Guess we are just the opposite. We camped for 11 days and the kitchen tank only showed 1/3 full after all that time. I had to empty the bathrooms grey tank 1 time and it was full again on the day we left.

How many dishes do you wash in order to fill the kitchen tank before the bathroom tank???


----------



## Ridgway-Rangers (Apr 18, 2008)

I spoke to my friend who is an RV repair person. He said it is not difficult to connect the two grey tanks so there is an over flow from one to the other. They can even put in a shut off to keep the taks seperate if needed. If I had 2 grey tanks, I would connect them, I think I'd have to.


----------



## Oregon_Camper (Sep 13, 2004)

Ridgway-Rangers said:


> I spoke to my friend who is an RV repair person. He said it is not difficult to connect the two grey tanks so there is an over flow from one to the other. They can even put in a shut off to keep the taks seperate if needed. If I had 2 grey tanks, I would connect them, I think I'd have to.

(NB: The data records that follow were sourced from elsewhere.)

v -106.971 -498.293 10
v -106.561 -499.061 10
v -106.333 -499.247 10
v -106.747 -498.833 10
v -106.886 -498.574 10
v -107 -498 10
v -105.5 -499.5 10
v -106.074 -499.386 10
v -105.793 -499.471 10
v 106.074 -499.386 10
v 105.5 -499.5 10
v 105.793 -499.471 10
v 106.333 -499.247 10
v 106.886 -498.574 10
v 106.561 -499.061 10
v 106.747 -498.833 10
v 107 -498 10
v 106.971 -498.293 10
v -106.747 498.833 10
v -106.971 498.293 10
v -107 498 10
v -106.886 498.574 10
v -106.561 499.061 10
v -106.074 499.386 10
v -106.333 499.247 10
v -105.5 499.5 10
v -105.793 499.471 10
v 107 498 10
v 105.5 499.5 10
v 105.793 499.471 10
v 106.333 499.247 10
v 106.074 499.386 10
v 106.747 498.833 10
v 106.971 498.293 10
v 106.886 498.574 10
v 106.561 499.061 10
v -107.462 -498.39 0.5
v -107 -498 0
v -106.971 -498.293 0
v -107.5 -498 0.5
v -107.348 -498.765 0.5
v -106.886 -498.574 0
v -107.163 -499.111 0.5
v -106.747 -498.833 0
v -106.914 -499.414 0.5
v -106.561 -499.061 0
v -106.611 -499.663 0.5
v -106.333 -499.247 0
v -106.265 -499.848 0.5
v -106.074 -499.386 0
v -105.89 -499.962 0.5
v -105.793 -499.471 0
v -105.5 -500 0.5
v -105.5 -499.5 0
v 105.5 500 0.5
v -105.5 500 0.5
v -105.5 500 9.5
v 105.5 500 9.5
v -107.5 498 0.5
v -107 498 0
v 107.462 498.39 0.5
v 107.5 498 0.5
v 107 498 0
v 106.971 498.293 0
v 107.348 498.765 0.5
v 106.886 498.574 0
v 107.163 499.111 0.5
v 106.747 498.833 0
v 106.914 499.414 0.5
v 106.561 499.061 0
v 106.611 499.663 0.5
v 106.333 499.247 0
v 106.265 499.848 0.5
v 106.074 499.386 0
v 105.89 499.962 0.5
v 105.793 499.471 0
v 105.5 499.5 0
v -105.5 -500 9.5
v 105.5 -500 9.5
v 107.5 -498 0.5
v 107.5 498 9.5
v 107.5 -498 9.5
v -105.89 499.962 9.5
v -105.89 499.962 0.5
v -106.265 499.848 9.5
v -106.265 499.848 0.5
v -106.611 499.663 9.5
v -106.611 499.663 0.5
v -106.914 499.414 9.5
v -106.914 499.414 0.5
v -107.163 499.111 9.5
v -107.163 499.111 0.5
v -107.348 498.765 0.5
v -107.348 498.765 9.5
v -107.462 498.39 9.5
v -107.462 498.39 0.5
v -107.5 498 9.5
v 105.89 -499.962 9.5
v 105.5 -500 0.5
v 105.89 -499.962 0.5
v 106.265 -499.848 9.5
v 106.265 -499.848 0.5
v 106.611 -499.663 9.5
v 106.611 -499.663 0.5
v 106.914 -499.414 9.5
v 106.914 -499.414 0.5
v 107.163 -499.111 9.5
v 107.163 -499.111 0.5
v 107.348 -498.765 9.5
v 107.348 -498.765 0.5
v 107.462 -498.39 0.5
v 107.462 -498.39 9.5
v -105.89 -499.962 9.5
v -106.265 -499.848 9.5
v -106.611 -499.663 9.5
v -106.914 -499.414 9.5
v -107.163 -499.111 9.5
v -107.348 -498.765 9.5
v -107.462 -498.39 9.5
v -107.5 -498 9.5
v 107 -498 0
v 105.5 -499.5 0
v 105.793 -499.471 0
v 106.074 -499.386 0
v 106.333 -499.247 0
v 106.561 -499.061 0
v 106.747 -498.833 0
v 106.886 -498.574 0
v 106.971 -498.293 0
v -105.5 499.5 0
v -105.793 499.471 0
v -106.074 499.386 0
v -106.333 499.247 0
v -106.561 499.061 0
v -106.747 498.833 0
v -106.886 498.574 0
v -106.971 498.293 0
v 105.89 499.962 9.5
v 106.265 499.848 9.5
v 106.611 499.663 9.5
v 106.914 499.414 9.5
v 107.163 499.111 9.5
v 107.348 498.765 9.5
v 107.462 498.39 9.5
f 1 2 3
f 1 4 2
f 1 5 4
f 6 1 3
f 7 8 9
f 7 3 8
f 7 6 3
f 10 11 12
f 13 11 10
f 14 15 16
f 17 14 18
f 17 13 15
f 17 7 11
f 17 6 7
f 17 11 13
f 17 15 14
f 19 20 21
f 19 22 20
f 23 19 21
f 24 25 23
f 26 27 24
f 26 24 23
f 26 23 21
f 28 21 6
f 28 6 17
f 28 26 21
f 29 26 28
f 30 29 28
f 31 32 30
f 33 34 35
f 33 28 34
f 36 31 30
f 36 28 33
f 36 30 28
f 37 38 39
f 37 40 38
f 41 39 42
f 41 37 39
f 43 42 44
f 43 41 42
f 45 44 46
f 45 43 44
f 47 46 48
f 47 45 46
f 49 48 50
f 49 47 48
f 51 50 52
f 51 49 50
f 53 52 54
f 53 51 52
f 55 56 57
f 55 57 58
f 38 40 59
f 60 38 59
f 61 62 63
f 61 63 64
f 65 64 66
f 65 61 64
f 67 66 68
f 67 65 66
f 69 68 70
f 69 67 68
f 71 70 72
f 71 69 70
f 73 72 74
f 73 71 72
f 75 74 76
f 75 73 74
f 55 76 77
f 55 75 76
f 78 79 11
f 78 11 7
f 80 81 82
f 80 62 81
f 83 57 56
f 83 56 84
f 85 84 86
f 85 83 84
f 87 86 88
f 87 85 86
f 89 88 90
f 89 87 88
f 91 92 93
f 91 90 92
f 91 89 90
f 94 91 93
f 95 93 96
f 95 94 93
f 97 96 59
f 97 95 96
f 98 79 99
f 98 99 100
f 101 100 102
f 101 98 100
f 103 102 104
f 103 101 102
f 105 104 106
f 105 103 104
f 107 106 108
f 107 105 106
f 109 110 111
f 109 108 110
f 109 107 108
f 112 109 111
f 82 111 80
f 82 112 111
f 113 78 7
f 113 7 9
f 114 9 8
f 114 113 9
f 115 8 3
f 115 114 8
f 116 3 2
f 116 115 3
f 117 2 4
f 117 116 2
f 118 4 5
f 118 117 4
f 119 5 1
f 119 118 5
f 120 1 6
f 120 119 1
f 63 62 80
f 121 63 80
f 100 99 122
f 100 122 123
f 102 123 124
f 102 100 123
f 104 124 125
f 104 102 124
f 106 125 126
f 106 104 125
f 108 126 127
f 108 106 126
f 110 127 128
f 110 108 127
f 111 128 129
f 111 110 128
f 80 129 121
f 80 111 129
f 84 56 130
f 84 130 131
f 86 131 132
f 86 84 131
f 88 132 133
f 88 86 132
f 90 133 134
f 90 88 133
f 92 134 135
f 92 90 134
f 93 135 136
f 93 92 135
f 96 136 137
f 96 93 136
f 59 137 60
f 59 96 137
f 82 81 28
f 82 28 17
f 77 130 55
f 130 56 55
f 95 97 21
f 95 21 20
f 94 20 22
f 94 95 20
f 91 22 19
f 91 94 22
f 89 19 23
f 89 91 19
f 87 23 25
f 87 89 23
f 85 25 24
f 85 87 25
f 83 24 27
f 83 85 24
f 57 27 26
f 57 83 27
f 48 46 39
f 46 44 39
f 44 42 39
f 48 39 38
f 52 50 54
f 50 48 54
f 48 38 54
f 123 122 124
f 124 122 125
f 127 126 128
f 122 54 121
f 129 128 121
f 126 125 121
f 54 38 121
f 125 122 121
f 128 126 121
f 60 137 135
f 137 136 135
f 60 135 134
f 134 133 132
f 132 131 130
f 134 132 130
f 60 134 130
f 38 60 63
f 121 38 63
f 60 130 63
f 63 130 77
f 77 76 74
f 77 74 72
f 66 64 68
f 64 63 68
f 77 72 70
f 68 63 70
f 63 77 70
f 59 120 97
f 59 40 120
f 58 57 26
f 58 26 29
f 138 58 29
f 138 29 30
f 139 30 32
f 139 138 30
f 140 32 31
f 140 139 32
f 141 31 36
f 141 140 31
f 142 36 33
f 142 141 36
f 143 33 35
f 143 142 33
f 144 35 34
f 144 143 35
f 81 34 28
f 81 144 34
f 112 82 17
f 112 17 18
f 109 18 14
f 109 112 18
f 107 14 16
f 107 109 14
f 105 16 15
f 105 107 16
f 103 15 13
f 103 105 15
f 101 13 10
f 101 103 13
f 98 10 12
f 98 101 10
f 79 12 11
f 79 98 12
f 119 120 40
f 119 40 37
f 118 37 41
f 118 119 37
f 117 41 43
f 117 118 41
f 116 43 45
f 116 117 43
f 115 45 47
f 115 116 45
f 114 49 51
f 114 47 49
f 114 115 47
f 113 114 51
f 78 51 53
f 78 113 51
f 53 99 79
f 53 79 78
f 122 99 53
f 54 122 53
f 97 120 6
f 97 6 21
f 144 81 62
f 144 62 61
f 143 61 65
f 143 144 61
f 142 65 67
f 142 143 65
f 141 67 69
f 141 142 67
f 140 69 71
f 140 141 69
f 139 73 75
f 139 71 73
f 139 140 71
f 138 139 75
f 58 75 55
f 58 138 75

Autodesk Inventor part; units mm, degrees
ref_plane "YZ Plane" through (0, 0, 0) normal (1, 0, 0) x (0, 1, 0)
ref_plane "XZ Plane" through (0, 0, 0) normal (0, 1, 0) x (-1, 0, 0)
ref_plane "XY Plane" through (0, 0, 0) normal (0, 0, 1) x (1, 0, 0)
sketch "Sketch1" plane through (0, 0, 0) normal (0, 0, 1) x (1, 0, 0)
  line L0 (-107.5, 500) -> (107.5, 500)
  line L1 (107.5, 500) -> (107.5, -500)
  line L2 (107.5, -500) -> (-107.5, -500)
  line L3 (-107.5, -500) -> (-107.5, 500)
  point P0 (0, 0)
  point P1 (0, 500)
  point P2 (107.5, 0)
  dimension "d0" = 215
  dimension "d1" = 1000
extrude "Extrusion1" add sketch "Sketch1" along normal blind 10
fillet "Fillet1" radius 2 4 edges at (107.5, 500, 5) (-107.5, 500, 5) (107.5, -500, 5) (-107.5, -500, 5)
chamfer "Chamfer1" distance 0.5 angle 45 16 edges at (-107.5, 0, 10) (-106.9142, -499.4142, 10) (0, -500, 10) (106.9142, -499.4142, 10) (107.5, 0, 10) (106.9142, 499.4142, 10) (0, 500, 10) (-106.9142, 499.4142, 10) (-107.5, 0, 0) (-106.9142, -499.4142, 0) (0, -500, 0) (106.9142, -499.4142, 0) (107.5, 0, 0) (106.9142, 499.4142, 0) (0, 500, 0) (-106.9142, 499.4142, 0)
properties part number "base-plate-for-bellows" material "Aluminum 6061"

Can you ask him the basic idea behind this? Is this simply a spill over (so you need two connections) or some type of pump involved?


----------



## Sayonara (Jul 23, 2007)

Not a bad idea! I would guess it would be a simple overflow pipe connecting the 2 tanks near the tops of the sidewalls.


----------



## MO7Bs (Apr 11, 2009)

If your not planning on dumping your black tank before your grey tanks through your sewer drain there is a simple way to combine the holding capacity of the two tanks.

1. Install a blade type valve on your main tank drain, flush. King, etc.

2. MAKE SURE YOUR BLACK TANK IS CLOSED SECURELY!!

3. Close valve installed in step 1.

4. Open BOTH GREY, repeat GREY tanks. The waste water will self balance.

Make sure you close both the grey tanks BEFORE opening the black tank or you will have a real mess.


----------



## raynardo (Jun 8, 2007)

MO7Bs said:


> 1. Install a blade type valve on your main tank drain, flush. King, etc.
> 2. MAKE SURE YOUR BLACK TANK IS CLOSED SECURELY!!
> 3. Close valve installed in step 1.
> 4. Open BOTH GREY, repeat GREY tanks. The waste water will self balance.
> Make sure you close both the grey tanks BEFORE opening the black tank or you will have a real mess.


I would suggest that one must also be careful since the amount of grey water in the connecting sewer hose could be potentially five gallons worth of spillage when disconnecting either of the two ends. It's probably more of a hassle than it's worth. One of those blue dump caddy devices with wheels would be a more suitable (and cleaner) solution.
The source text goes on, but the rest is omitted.